Как только последний стражник исчез в темноте – толпа хлынула к берегу, зашумела и загудела; зажглись факелы, которые были приготовлены заранее и лежали неподалеку в кустах. Скорбно закричали женщины, оплакивая Ходжу Насреддина.
– Надо похоронить его как доброго мусульманина, – сказал старый Нияз.
Гюльджан стояла рядом с ним, опираясь на его плечо; она была недвижна и безмолвна.
Чайханщик Али и кузнец Юсуп полезли с баграми в воду. Они шарили долго, наконец зацепили мешок и поволокли к берегу. Когда он показался из воды – черный, отблескивающий при свете факелов и опутанный цепкими водорослями, – женщины завыли еще громче, заглушая своими воплями звуки веселья, доносившиеся из дворца.
Десятки рук подхватили мешок.
– Несите за мной, – сказал Юсуп, освещая факелами путь.
Мешок положили под раскидистым деревом на траву. Столпившийся вокруг народ ждал молча.

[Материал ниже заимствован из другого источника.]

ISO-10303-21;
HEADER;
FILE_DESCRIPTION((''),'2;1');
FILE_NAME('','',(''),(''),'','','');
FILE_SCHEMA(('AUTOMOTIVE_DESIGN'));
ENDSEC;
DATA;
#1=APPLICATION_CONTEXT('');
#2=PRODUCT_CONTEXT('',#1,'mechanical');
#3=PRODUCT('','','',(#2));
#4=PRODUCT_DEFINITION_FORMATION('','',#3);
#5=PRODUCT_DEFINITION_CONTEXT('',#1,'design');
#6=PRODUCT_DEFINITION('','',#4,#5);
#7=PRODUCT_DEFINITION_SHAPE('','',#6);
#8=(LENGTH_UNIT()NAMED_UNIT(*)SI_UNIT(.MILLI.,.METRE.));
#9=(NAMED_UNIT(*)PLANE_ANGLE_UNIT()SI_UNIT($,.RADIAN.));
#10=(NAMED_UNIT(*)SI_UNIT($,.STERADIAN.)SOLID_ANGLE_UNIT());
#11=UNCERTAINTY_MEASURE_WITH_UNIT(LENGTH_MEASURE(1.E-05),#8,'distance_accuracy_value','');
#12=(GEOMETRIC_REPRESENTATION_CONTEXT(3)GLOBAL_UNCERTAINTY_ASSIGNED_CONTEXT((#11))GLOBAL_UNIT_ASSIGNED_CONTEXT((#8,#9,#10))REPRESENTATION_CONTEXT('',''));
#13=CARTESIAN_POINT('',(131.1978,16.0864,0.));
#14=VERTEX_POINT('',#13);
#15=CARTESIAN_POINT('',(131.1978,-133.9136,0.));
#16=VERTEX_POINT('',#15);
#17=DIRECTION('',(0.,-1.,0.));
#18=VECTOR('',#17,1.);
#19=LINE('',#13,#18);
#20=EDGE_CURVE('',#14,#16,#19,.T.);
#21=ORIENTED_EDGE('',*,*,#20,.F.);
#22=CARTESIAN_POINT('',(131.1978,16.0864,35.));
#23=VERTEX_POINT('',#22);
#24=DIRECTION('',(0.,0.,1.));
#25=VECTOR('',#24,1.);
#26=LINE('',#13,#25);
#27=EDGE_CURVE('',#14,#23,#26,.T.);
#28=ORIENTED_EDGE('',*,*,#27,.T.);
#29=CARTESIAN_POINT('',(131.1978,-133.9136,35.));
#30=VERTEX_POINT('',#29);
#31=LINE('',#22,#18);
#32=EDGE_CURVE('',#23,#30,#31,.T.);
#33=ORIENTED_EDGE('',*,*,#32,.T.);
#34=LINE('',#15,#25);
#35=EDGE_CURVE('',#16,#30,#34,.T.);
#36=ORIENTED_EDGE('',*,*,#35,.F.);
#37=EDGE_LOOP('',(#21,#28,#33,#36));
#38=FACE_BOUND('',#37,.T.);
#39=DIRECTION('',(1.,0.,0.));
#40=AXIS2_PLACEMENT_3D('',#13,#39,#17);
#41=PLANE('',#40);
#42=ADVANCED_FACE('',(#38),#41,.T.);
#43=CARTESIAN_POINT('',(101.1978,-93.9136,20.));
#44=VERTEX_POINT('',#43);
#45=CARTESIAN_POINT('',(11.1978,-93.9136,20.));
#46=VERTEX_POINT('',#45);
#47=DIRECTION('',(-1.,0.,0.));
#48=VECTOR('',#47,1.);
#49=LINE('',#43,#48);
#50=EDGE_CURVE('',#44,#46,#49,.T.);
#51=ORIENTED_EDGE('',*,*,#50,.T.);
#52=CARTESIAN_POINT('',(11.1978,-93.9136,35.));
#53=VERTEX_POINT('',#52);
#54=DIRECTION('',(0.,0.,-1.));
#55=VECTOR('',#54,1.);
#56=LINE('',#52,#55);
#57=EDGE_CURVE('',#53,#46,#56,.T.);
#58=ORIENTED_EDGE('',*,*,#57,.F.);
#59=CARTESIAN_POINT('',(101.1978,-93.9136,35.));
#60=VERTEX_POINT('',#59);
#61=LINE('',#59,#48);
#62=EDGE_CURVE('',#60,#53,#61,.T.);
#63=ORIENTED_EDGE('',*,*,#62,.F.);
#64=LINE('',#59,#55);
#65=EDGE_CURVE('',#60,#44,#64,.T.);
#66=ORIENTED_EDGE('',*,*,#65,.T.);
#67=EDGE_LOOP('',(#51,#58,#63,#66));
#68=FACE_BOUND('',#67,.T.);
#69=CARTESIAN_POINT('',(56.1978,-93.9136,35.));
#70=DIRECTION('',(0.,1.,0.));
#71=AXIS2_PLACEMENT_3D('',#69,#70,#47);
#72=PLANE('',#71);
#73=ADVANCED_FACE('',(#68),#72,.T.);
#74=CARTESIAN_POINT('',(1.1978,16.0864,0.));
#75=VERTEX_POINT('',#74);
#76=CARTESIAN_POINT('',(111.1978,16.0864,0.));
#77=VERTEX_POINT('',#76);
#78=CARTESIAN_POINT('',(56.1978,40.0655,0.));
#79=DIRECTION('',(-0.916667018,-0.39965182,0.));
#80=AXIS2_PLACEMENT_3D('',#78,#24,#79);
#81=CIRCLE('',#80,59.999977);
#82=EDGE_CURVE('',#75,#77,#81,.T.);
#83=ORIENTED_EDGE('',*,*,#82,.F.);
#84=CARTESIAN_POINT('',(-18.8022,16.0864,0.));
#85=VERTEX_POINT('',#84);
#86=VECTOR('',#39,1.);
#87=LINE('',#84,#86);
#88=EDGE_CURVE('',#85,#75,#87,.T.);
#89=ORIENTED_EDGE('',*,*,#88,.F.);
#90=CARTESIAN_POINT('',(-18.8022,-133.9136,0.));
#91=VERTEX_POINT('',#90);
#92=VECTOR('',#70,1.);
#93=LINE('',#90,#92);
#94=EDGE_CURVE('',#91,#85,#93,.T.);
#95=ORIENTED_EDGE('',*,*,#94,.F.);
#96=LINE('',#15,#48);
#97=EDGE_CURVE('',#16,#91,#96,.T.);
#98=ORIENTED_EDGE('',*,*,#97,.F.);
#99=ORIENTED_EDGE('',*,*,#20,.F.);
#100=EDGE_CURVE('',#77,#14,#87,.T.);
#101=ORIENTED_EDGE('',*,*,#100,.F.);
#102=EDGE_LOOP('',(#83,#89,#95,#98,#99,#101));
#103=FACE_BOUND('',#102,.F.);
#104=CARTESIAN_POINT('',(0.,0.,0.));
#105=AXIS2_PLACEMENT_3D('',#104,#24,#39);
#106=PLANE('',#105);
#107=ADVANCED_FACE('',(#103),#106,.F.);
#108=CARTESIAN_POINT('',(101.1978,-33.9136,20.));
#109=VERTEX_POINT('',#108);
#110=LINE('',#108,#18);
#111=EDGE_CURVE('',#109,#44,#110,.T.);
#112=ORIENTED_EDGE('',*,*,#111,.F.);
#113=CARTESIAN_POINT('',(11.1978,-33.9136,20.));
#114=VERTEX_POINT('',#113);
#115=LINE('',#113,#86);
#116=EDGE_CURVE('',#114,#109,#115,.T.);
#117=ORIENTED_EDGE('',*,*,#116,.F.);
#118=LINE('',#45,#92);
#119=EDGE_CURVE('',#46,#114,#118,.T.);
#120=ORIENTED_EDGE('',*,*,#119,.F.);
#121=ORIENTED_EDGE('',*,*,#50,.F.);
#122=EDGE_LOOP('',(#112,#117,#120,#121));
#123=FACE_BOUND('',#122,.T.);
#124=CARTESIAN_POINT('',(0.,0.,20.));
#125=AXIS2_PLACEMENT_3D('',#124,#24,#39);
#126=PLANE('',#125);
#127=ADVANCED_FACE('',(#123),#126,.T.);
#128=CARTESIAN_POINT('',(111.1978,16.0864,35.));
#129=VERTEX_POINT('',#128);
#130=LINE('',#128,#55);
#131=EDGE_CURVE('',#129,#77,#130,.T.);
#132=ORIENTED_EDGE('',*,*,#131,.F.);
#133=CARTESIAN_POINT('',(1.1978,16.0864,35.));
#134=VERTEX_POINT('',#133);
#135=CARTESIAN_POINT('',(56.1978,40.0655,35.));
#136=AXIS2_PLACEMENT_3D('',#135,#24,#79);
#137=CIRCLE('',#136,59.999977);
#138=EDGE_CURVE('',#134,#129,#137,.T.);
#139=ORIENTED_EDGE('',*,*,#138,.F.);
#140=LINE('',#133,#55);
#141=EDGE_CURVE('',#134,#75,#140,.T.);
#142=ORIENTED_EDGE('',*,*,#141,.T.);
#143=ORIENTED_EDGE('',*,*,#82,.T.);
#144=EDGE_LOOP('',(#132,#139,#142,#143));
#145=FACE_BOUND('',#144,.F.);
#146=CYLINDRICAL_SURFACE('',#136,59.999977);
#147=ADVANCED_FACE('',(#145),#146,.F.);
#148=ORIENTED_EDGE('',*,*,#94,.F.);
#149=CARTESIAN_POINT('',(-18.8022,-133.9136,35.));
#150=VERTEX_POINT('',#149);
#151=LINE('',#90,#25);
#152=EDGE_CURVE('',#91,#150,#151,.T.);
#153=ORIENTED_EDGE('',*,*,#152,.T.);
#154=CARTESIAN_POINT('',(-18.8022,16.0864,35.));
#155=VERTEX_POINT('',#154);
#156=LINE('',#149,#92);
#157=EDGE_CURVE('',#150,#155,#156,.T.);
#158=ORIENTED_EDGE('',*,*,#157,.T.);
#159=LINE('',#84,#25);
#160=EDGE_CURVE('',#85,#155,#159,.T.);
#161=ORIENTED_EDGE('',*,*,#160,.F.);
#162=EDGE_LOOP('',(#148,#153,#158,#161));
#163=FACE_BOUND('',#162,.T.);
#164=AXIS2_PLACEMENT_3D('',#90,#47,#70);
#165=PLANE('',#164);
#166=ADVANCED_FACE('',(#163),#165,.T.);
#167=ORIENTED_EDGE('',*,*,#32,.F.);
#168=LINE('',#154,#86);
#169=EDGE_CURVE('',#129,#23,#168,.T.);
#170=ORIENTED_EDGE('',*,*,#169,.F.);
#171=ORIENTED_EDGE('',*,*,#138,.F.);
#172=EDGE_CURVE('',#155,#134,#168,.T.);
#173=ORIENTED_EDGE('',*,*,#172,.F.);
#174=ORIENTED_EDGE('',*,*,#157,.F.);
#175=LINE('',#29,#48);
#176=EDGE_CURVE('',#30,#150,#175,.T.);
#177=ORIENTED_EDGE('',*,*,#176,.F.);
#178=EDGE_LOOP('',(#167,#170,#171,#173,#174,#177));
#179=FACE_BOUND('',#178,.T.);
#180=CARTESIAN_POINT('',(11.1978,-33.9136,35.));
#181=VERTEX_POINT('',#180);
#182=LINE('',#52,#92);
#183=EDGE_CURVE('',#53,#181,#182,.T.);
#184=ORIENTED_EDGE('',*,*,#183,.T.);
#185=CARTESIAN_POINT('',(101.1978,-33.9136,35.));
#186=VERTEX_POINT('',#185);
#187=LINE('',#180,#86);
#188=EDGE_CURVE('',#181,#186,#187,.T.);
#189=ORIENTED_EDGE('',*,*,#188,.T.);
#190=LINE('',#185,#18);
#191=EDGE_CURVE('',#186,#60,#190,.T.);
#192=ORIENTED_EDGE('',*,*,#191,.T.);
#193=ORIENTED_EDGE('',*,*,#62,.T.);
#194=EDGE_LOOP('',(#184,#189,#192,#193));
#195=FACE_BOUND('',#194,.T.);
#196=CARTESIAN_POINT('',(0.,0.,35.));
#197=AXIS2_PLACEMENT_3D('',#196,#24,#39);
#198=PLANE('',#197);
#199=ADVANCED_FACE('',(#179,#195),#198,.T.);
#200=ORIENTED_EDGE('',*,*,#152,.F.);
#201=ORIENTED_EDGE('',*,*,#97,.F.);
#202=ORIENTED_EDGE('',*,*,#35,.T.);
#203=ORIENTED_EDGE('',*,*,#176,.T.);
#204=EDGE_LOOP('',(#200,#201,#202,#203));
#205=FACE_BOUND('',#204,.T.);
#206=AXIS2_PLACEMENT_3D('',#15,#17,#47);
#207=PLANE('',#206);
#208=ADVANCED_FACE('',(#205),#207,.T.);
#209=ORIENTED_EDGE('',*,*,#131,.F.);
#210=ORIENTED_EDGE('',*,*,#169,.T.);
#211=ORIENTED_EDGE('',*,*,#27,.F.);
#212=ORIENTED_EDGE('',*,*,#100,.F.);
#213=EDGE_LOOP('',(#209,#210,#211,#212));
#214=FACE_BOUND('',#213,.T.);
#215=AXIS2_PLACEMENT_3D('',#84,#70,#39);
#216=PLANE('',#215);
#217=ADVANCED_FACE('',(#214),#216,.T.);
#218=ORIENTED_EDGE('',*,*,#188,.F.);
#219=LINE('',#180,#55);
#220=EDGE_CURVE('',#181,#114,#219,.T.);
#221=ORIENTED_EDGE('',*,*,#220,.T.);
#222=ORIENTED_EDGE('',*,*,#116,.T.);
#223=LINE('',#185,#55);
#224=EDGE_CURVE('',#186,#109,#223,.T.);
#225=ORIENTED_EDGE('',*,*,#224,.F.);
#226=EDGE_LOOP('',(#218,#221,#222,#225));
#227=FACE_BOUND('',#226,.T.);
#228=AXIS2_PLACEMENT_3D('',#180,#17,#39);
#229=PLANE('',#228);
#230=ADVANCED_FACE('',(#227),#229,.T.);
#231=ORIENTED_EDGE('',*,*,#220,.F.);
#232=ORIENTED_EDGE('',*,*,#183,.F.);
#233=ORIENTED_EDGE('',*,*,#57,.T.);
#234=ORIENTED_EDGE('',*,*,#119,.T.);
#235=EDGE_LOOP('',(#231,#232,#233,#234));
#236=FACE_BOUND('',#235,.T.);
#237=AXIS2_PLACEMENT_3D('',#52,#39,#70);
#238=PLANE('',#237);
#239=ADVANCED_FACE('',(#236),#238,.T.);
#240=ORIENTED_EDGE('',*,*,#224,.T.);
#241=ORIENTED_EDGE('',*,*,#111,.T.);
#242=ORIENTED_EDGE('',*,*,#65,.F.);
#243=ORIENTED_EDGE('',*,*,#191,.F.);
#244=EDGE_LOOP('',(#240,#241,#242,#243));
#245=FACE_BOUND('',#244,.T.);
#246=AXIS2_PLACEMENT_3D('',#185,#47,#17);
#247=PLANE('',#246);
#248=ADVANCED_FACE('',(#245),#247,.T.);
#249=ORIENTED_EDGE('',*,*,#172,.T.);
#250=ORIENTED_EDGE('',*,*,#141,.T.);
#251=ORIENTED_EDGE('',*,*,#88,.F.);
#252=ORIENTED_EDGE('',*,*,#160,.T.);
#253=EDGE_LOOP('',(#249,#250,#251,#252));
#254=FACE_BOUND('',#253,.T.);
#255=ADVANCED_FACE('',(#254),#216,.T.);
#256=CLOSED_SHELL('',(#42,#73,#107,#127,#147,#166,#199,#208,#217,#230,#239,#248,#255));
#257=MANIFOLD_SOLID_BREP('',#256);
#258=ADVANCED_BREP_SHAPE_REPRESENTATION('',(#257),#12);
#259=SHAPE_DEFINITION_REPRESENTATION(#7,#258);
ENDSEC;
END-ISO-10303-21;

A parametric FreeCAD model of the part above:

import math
import FreeCAD as App
import Part
import Sketcher
Q = App.Units.Quantity


def add_polygon(sketch, points):
    """Adds a closed chain of lines whose ends are joined by coincident constraints."""
    first, n = sketch.GeometryCount, len(points)
    for a, b in zip(points, points[1:] + points[:1]):
        sketch.addGeometry(Part.LineSegment(App.Vector(*a, 0), App.Vector(*b, 0)), False)
    for i in range(n):
        sketch.addConstraint(Sketcher.Constraint("Coincident", first + i, 2, first + (i + 1) % n, 1))

doc = App.newDocument("Part")
body = doc.addObject("PartDesign::Body", "Body")

# Sketch on XY plane
sketch1 = doc.addObject("Sketcher::SketchObject", "Sketch")
body.addObject(sketch1)
sketch1.AttachmentSupport = (doc.XY_Plane, [""])
sketch1.MapMode = "FlatFace"
add_polygon(sketch1, [(131, 16), (-19, 16), (-19, -134), (131, -134)])  # lines 0-3
sketch1.addConstraint(Sketcher.Constraint("Horizontal", 0))
sketch1.addConstraint(Sketcher.Constraint("Vertical", 1))
sketch1.addConstraint(Sketcher.Constraint("Horizontal", 2))
sketch1.addConstraint(Sketcher.Constraint("Vertical", 3))
sketch1.addConstraint(Sketcher.Constraint("Equal", 2, 1))
sketch1.addConstraint(Sketcher.Constraint("DistanceX", 0, 2, 0, 1, Q("150 mm")))
sketch1.addConstraint(Sketcher.Constraint("DistanceX", 0, 2, -1, 1, Q("18.8022 mm")))
sketch1.addConstraint(Sketcher.Constraint("DistanceY", -1, 1, 0, 2, Q("16.0864 mm")))
pad1 = doc.addObject("PartDesign::Pad", "Pad")
body.addObject(pad1)
pad1.Profile = sketch1
pad1.Length = 35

Юсуп вынул нож, осторожно разрезал мешок по длине, заглянул в лицо мертвому и вдруг отшатнулся, застыл с выпученными глазами, силясь что-то вымолвить неповинующимся языком.
Чайханщик Али бросился на помощь к Юсупу, но и с чайханщиком стряслось то же; он вскрикнул и вдруг повалился на спину, обратив к небу свое толстое пузо.
– Что случилось? – загудели в толпе. – Пустите нас, покажите нам!
Гюльджан, рыдая, стала на колени, нагнулась к бездыханному телу, но кто-то подсунул факел —и она отпрянула в безмолвном страхе и удивлении.
Тут полезли с факелами со всех сторон, берег озарился ярко, и общий могучий вопль потряс тишину ночи:
– Джафар!
– Это ростовщик Джафар!
– Это не Ходжа Насреддин!
Было оцепенение, смятение, а потом люди вдруг заорали, полезли на плечи друг другу, началась давка и толкотня: каждый хотел убедиться собственными глазами. С Гюльджан творилось такое, что старый Нияз поспешил увести ее подальше от берега, опасаясь за ее рассудок: она плакала и смеялась, верила и не верила, и порывалась взглянуть еще.
– Джафар, Джафар! – неслись ликующие крики, в которых бесследно тонул далекий гул веселья во дворце. – Это ростовщик Джафар! Это он! И его сумка с долговыми расписками здесь!
Прошло много времени, прежде чем кто-то опомнился и спросил, обращая свой вопрос ко всем:
– Но где же тогда Ходжа Насреддин? По всей толпе загудело из края в край, из конца в конец:
– Но где же тогда Ходжа Насреддин? Куда он девался, наш Ходжа Насреддин?
– Здесь он, здесь! – раздался знакомый спокойный голос, и все, повернувшись, с изумлением увидели живого и не сопровождаемого стражниками Ходжу Насреддина, который шел зевая и лениво потягиваясь: он незаметно уснул около кладбища и поэтому опоздал к водоему.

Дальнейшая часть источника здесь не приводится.